Voxelscape A GPU-based ray caster for semi-voxel terrains like in the old Novalogic titles (eg Delta Force or Comance).

Development Iteration

Algorithm

  • Render to a framebuffer of the desired resolution
  • A fullscreen-quad is rendered, the corners are the normalised vectors into world space. The following fragment shader is used:
  • Each pixel is a ray into world space and starts at the camera position (store this in a uniform variable)
  • Right now, there is a fixed step size (It might be better to have a long step size if the camera looks down and a shorter at grazing angles)
  • Iterate until you hit the maximum iteration count:
  • Add the view direction to your current position with (multiplied by the step size)
  • If the current position if above the maximum terrain height (or 1.0) and the view direction is facing upwards, break and set the sky color
  • Use the position’s xz to access the current heightmap position
  • If the y coordinate is below the heightmap height, calculate the colour and break from the iterations:
  • Use the normalised height to access a 1D colour map (in this example from brown - low to green - medium to white - high)
  • Look up detail in a noise texture.
  • If the y coordinate is below the water line, set the water colour and break
  • Mix the fragment colour with the fog colour, use iteration count divided by max iteration count as the delta for the interpolation.
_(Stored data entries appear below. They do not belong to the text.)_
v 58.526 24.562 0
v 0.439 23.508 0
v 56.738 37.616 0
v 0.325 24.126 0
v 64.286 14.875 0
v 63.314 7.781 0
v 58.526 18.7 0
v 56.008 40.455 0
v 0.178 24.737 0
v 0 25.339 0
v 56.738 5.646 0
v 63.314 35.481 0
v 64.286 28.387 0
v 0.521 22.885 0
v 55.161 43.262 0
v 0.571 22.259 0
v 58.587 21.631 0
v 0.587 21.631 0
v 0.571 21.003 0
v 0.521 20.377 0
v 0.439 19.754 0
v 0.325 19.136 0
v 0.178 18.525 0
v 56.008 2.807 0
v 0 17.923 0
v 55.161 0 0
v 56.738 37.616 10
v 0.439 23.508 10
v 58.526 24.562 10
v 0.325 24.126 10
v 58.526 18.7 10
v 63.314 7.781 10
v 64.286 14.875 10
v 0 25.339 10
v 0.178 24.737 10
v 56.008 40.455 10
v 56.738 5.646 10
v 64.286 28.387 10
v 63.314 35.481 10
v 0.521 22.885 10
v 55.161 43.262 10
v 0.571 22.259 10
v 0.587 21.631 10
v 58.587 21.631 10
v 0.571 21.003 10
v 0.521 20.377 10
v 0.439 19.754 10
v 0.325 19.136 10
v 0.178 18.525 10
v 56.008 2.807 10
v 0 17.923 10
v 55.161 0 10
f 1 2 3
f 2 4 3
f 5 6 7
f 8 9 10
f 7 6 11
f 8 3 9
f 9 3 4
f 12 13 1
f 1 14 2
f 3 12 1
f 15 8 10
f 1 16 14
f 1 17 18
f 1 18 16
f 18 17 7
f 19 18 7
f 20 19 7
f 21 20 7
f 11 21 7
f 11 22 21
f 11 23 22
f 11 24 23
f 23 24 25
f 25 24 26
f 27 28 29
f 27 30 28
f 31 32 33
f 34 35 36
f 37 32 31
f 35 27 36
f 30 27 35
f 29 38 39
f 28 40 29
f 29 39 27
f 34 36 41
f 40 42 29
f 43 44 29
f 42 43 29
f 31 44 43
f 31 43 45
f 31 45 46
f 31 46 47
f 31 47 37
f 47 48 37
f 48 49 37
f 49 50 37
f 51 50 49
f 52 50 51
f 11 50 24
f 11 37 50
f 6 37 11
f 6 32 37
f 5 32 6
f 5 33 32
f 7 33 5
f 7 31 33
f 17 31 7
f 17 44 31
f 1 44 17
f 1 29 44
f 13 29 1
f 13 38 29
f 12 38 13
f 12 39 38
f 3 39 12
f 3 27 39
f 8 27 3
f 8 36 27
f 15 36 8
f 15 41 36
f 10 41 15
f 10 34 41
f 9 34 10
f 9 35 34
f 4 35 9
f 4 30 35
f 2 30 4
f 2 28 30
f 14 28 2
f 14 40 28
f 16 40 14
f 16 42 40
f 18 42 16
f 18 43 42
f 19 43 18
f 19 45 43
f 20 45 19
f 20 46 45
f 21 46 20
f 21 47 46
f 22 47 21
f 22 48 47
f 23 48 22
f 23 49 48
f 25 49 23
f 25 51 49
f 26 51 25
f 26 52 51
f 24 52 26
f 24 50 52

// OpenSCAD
$fn = 32;

// ----------------------------------------------------------------------
// Gear sector: 2 teeth on 36 degrees
// ----------------------------------------------------------------------

// --- parameters (mm) ---
sector_angle = 36;        // sector angle, degrees
root_r = 70;              // root circle radius
tooth_h = 6;              // tooth height over the root circle
teeth = 2;                // number of teeth on the sector
hub_r = 12;               // hub bore radius
plate_t = 10;             // sector thickness, Z
arc_step = 3;             // sampling step of the root/hub arcs, degrees

tip_r = root_r + tooth_h;  // tip circle radius

profile = [[55.161, 0], [56.008, 2.807], [56.738, 5.646], [63.314, 7.781], [64.286, 14.875], [58.526, 18.7], [58.587, 21.631], [58.526, 24.562], [64.286, 28.387], [63.314, 35.481], [56.738, 37.616], [56.008, 40.455], [55.161, 43.262], [0, 25.339], [0.178, 24.737], [0.325, 24.126], [0.439, 23.508], [0.521, 22.885], [0.571, 22.259], [0.587, 21.631], [0.571, 21.003], [0.521, 20.377], [0.439, 19.754], [0.325, 19.136], [0.178, 18.525], [0, 17.923]];  // primary outline, 26 points, counter clockwise

// --- the one profile operation ---
linear_extrude(height = plate_t) polygon(points = profile);
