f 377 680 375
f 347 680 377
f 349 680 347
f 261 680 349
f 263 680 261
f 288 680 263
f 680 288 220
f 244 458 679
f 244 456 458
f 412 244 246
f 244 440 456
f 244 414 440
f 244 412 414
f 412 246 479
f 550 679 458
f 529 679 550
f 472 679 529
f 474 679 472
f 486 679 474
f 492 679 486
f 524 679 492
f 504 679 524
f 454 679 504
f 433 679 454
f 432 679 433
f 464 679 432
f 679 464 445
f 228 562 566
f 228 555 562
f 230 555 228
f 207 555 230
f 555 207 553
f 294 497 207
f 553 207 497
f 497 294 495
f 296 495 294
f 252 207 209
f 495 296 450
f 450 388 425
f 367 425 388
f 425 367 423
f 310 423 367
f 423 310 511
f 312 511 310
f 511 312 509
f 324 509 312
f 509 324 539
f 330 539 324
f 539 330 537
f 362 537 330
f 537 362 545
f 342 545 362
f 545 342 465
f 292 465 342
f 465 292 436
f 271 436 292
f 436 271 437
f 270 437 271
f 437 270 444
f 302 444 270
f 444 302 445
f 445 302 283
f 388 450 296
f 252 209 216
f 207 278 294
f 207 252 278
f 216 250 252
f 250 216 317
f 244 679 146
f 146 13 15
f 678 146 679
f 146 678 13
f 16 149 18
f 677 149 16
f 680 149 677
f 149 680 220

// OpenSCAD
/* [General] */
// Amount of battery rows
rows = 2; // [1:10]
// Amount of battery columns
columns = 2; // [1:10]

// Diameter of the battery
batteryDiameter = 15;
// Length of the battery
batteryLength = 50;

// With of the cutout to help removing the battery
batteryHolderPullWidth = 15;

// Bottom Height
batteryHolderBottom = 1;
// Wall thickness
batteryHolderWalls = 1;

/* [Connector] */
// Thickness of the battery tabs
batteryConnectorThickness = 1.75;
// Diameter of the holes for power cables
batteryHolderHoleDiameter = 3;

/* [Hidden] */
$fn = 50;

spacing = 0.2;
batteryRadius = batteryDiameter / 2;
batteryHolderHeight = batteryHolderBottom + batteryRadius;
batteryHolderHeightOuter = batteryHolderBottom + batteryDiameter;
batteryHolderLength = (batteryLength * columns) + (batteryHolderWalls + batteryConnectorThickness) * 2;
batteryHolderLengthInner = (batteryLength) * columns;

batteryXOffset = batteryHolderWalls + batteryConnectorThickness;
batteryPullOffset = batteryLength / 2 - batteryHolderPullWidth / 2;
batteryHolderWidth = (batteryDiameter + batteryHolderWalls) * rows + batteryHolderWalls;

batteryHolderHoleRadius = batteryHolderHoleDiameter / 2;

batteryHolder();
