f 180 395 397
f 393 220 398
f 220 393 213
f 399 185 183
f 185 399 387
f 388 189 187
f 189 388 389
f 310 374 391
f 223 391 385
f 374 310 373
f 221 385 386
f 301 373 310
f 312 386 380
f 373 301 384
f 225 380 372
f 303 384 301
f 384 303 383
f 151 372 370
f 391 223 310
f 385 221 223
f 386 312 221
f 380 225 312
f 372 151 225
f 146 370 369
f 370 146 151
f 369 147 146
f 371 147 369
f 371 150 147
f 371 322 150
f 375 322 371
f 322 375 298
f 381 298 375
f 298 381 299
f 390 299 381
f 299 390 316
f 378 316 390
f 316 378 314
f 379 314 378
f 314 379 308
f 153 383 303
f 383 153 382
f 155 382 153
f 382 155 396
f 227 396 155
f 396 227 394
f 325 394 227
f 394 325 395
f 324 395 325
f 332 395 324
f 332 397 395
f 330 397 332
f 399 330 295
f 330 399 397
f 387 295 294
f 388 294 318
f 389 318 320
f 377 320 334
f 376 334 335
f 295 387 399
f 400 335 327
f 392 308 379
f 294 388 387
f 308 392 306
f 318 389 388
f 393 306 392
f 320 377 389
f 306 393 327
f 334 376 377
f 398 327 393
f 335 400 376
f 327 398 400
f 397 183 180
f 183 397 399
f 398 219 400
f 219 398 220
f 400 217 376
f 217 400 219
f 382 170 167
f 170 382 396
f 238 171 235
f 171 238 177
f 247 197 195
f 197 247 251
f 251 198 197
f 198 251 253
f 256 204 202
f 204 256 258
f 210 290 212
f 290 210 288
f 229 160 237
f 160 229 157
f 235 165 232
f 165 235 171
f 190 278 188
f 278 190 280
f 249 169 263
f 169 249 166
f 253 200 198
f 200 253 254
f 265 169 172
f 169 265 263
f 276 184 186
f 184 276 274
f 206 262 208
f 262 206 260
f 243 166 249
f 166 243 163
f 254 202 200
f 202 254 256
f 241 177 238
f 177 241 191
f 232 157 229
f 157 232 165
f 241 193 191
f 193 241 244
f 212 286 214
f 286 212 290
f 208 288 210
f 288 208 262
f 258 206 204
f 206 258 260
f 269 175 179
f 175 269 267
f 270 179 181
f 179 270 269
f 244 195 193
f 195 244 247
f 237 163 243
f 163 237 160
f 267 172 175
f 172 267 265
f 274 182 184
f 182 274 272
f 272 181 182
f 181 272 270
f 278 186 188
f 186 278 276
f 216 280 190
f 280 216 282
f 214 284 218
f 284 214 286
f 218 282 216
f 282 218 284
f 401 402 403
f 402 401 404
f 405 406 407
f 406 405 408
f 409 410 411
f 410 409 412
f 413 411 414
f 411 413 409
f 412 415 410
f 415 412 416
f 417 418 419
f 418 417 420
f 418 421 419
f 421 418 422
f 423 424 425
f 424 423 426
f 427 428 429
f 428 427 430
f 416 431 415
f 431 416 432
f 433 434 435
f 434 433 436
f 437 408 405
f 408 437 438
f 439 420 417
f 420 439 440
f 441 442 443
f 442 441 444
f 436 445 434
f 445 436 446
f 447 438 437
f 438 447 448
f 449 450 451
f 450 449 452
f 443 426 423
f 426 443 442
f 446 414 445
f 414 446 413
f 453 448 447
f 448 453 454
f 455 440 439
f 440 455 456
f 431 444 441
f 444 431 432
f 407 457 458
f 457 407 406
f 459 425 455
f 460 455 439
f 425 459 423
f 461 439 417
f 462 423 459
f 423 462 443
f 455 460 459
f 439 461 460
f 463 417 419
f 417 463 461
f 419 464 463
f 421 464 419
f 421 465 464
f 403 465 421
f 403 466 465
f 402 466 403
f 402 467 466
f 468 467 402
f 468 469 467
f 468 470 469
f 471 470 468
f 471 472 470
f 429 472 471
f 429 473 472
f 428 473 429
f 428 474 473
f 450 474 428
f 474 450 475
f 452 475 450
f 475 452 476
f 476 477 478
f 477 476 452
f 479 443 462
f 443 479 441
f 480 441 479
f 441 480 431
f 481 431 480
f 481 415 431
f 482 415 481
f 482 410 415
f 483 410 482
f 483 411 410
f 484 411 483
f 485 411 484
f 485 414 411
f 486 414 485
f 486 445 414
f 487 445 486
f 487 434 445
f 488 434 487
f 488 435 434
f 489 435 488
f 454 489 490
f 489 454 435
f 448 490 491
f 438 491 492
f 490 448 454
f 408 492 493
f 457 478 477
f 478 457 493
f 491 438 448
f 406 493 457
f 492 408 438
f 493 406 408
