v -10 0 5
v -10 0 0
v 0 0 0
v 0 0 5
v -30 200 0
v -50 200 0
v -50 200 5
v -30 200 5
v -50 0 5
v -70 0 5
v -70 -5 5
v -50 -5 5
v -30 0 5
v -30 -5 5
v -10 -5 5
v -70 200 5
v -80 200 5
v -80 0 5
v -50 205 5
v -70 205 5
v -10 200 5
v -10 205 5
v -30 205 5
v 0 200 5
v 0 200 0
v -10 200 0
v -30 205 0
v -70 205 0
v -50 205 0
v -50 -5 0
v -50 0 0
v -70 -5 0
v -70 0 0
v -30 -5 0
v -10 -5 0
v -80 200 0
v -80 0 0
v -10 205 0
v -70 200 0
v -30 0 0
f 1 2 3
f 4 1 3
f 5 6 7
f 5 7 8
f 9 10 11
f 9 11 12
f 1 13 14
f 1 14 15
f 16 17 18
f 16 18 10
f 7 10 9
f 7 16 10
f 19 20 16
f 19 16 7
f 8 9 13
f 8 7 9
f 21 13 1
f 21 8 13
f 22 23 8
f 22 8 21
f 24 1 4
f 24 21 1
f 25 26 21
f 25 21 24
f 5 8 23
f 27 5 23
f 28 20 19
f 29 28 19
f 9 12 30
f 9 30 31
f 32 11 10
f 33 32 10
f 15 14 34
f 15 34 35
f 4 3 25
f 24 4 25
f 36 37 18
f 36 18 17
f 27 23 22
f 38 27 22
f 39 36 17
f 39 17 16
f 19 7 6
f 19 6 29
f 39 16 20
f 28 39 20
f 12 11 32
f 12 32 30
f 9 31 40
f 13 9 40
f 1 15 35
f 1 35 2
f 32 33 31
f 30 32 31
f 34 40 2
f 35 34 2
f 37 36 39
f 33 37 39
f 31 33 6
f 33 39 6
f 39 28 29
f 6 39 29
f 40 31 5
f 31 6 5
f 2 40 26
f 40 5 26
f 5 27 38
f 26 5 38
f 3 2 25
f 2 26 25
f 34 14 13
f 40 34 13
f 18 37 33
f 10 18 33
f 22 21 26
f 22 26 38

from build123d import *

# Parameters (mm, degrees)
SKETCH1_W           = 80
SKETCH1_H           = 200
BOSS_EXTRUDE1_DEPTH = 5
SKETCH2_W           = 20
SKETCH2_H           = 5
BOSS_EXTRUDE2_DEPTH = 5


with BuildPart() as part:
    # Sketch1 → Boss-Extrude1 (new body)
    with BuildSketch(Plane.XY):
        with Locations((-40, 100)):
            Rectangle(SKETCH1_W, SKETCH1_H)
    extrude(amount=BOSS_EXTRUDE1_DEPTH)

    # Sketch2 → Boss-Extrude2 (add)
    with BuildSketch(Plane.XY.offset(5)):
        with Locations((-20, 202.5)):
            Rectangle(SKETCH2_W, SKETCH2_H)
        with Locations((-60, 202.5)):
            Rectangle(SKETCH2_W, SKETCH2_H)
        with Locations((-60, -2.5)):
            Rectangle(SKETCH2_W, SKETCH2_H)
        with Locations((-20, -2.5)):
            Rectangle(SKETCH2_W, SKETCH2_H)
    extrude(amount=-BOSS_EXTRUDE2_DEPTH)


solid = part.part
This will shade both water and terrain.
  • Draw another fullscreen quad and use the framebuffer as input texture, this should scale it to the desired resolution.
  • Notes on gl_FragDepth in a ray caster

    To combine multiple buffers with their depth textures, the depth values have to be in the same range and with the same scaling. Multiple buffers are used and most have the standard OpenGL depth range/test. Calculating the ‘correct’ and OpenGL compatible z-buffer value in the raycaster follows this formula (which can be extracted when multiplying the z coordinate with the modelview projection transform):

    float r;  // distance along ray -- the same as the vertex - eye distance
    
    float zf; // farplane distance
    float zn; // nearplane distance
    
    gl_FragCoord = zf / (zf - zn) * (1.0 - zn / r);
          

    Depth Textures in FBOs

    FBOs can bind render buffers or bindable textures at the depth buffer attachment point. Depth textures provide readback facilities for example for shadow mapping or general depth compares.
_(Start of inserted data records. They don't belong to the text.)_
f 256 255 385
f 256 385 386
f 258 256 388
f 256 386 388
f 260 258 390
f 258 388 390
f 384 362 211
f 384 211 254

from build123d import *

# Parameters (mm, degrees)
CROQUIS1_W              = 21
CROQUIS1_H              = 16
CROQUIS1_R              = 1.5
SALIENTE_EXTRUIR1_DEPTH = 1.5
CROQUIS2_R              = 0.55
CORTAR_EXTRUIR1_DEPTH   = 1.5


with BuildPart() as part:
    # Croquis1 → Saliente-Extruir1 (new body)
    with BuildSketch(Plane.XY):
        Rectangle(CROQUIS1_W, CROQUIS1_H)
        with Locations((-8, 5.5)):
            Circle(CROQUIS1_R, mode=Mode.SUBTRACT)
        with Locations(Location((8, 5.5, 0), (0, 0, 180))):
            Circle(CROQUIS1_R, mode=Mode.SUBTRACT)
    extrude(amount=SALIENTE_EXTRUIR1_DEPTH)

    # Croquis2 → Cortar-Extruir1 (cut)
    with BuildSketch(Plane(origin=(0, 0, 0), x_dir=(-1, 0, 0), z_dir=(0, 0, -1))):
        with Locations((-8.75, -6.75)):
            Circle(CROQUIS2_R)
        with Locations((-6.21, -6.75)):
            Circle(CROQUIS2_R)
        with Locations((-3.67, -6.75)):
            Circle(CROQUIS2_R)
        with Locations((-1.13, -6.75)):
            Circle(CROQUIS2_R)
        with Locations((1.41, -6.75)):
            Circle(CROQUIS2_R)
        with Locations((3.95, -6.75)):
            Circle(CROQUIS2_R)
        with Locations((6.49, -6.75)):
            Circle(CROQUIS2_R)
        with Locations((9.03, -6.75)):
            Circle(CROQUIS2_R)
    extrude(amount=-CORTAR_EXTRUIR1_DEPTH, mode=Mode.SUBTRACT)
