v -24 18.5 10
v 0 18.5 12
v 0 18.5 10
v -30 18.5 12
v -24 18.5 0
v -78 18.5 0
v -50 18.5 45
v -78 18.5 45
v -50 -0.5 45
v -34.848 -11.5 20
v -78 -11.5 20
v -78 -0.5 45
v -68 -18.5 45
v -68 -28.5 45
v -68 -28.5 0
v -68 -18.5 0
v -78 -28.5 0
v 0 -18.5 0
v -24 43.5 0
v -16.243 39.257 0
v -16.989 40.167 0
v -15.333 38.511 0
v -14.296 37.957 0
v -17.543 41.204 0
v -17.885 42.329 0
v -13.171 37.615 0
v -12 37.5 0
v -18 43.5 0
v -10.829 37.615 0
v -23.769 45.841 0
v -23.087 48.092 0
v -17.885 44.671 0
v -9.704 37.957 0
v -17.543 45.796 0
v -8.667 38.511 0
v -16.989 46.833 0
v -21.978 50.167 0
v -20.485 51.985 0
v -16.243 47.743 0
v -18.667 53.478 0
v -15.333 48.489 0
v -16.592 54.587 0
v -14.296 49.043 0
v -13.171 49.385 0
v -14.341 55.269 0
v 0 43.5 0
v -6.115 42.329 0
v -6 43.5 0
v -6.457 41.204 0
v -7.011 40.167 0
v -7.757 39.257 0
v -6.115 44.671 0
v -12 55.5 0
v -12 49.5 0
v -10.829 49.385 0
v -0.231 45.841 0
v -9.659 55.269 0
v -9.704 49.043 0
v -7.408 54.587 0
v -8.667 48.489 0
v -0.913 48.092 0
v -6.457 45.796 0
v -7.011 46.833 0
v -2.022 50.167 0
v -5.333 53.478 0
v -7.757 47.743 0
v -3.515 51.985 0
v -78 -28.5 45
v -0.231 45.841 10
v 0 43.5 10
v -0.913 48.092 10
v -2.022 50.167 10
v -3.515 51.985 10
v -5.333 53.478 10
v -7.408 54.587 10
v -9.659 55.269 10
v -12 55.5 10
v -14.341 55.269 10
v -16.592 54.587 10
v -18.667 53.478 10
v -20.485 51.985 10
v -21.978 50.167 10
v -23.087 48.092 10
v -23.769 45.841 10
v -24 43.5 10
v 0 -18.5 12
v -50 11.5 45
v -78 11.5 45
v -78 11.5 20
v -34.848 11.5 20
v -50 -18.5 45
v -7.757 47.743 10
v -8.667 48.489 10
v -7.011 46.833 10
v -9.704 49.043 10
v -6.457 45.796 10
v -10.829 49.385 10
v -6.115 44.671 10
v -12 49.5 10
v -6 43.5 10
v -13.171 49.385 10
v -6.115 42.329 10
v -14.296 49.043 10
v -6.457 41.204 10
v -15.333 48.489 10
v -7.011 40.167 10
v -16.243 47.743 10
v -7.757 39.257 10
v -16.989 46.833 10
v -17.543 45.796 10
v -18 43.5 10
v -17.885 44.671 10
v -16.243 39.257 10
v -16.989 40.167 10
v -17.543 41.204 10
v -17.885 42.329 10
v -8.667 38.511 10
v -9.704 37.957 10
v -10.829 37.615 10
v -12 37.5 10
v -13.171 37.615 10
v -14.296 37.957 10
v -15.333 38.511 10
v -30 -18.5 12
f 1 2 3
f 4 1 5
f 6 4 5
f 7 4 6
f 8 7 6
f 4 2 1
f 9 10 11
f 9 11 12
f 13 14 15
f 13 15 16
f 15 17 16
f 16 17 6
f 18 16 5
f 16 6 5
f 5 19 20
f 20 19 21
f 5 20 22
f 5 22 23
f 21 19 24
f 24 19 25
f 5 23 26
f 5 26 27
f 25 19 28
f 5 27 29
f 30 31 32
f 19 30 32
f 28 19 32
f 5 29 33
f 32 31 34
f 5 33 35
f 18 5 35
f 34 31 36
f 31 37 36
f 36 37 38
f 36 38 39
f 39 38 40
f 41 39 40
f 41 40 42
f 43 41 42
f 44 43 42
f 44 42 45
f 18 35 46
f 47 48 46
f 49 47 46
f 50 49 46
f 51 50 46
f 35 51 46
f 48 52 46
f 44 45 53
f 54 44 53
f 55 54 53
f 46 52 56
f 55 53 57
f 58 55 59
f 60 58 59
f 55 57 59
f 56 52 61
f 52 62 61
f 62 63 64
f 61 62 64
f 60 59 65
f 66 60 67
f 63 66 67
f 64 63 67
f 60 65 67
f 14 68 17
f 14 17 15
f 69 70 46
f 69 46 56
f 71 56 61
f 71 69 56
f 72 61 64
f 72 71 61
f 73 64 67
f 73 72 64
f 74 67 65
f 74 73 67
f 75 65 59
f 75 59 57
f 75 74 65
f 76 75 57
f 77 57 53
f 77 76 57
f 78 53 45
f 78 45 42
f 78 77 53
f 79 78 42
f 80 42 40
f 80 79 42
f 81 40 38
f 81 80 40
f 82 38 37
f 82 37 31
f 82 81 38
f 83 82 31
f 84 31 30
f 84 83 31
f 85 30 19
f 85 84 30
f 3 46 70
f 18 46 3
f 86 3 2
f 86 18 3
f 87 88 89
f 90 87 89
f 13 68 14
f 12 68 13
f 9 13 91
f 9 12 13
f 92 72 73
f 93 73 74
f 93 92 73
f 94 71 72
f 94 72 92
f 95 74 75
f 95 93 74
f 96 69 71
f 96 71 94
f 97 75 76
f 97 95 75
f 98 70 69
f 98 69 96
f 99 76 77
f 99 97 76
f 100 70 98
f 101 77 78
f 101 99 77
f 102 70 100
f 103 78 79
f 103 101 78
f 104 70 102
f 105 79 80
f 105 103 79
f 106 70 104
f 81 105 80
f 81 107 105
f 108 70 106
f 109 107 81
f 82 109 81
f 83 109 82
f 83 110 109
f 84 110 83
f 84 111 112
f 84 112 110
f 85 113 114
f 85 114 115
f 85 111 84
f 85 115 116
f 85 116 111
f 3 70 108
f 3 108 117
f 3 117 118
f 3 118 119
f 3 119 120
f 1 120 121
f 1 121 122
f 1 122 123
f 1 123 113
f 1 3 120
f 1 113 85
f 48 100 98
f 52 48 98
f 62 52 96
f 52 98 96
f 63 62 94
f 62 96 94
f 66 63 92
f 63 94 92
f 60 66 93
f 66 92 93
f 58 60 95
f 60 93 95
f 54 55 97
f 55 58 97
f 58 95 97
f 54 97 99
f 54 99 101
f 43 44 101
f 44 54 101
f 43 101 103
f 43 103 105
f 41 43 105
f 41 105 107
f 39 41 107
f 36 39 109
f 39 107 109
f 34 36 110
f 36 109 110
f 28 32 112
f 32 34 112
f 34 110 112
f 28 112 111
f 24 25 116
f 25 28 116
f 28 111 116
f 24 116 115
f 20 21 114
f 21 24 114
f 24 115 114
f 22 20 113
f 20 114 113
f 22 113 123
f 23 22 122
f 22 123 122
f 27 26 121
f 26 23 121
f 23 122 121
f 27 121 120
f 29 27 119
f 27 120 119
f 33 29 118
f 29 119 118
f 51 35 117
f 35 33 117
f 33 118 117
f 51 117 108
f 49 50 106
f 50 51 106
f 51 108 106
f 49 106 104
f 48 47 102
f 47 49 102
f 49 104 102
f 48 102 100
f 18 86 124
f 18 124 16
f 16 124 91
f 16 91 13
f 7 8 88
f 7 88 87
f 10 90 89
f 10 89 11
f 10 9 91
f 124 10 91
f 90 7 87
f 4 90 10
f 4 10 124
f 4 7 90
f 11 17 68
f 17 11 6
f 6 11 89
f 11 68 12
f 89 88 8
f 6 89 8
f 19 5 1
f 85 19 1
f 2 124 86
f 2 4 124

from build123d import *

# Parameters (mm, degrees)
BOSS_EXTRUDE1_DEPTH = 18.5
CUT_EXTRUDE1_DEPTH  = 92.930680406
SKETCH3_W           = 24
SKETCH3_H           = 10
BOSS_EXTRUDE2_DEPTH = 25
SKETCH4_R           = 12
SKETCH4_R_2         = 6
BOSS_EXTRUDE4_DEPTH = 10
SKETCH5_R           = 6
CUT_EXTRUDE2_DEPTH  = 102.927670433
SKETCH6_W           = 10
SKETCH6_H           = 10
BOSS_EXTRUDE5_DEPTH = 45


with BuildPart() as part:
    # Sketch1 → Boss-Extrude1 (new, symmetric)
    with BuildSketch(Plane(origin=(0, 0, 0), x_dir=(-1, 0, 0), z_dir=(0, 1, 0))):
        Polygon((0, 0), (78, 0), (78, 45), (50, 45), (30, 12), (0, 12), align=None)
    extrude(amount=BOSS_EXTRUDE1_DEPTH, both=True)

    # Sketch2 → Cut-Extrude1 (cut, through all)
    with BuildSketch(Plane(origin=(-78, 0, 0), x_dir=(0, -1, 0), z_dir=(-1, 0, 0))):
        Polygon((0.5, 45), (-11.5, 45), (-11.5, 20), (11.5, 20), align=None)
    extrude(amount=-CUT_EXTRUDE1_DEPTH, mode=Mode.SUBTRACT)

    # Sketch3 → Boss-Extrude2 (add)
    with BuildSketch(Plane(origin=(0, 18.5, 0), x_dir=(-1, 0, 0), z_dir=(0, 1, 0))):
        with Locations((12, 5)):
            Rectangle(SKETCH3_W, SKETCH3_H)
    extrude(amount=BOSS_EXTRUDE2_DEPTH)

    # Sketch4 → Boss-Extrude4 (add)
    with BuildSketch(Plane.XY.offset(10)):
        with Locations((-12, 43.5)):
            Circle(SKETCH4_R)
        with Locations((-12, 43.5)):
            Circle(SKETCH4_R_2, mode=Mode.SUBTRACT)
    extrude(amount=-BOSS_EXTRUDE4_DEPTH)

    # Sketch5 → Cut-Extrude2 (cut, through all)
    with BuildSketch(Plane.XY.offset(10)):
        with Locations((-12, 43.5)):
            Circle(SKETCH5_R)
    extrude(amount=-CUT_EXTRUDE2_DEPTH, mode=Mode.SUBTRACT)

    # Sketch6 → Boss-Extrude5 (add)
    with BuildSketch(Plane.XY.offset(45)):
        with Locations((-73, -23.5)):
            Rectangle(SKETCH6_W, SKETCH6_H)
    extrude(amount=-BOSS_EXTRUDE5_DEPTH)


solid = part.part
    To speed up many FBO rendering operations with fullscreen quads, I usually don’t clear the buffer specifically, but draw a screen-space fullscreen quad, with glDepthTest disabled. This work almost always, because the content of the screen gets overwritten by the new texture anyway -- in this case neither color nor depth buffer need to be cleared. However, this fails if depth textures are needed. It seems that if glDepthTest en/disables the complete depth compare and writing stage. So with a disabled depth test, no values are written to the texture! Clearing the color and depth buffer and enabling depth test fixed this problem.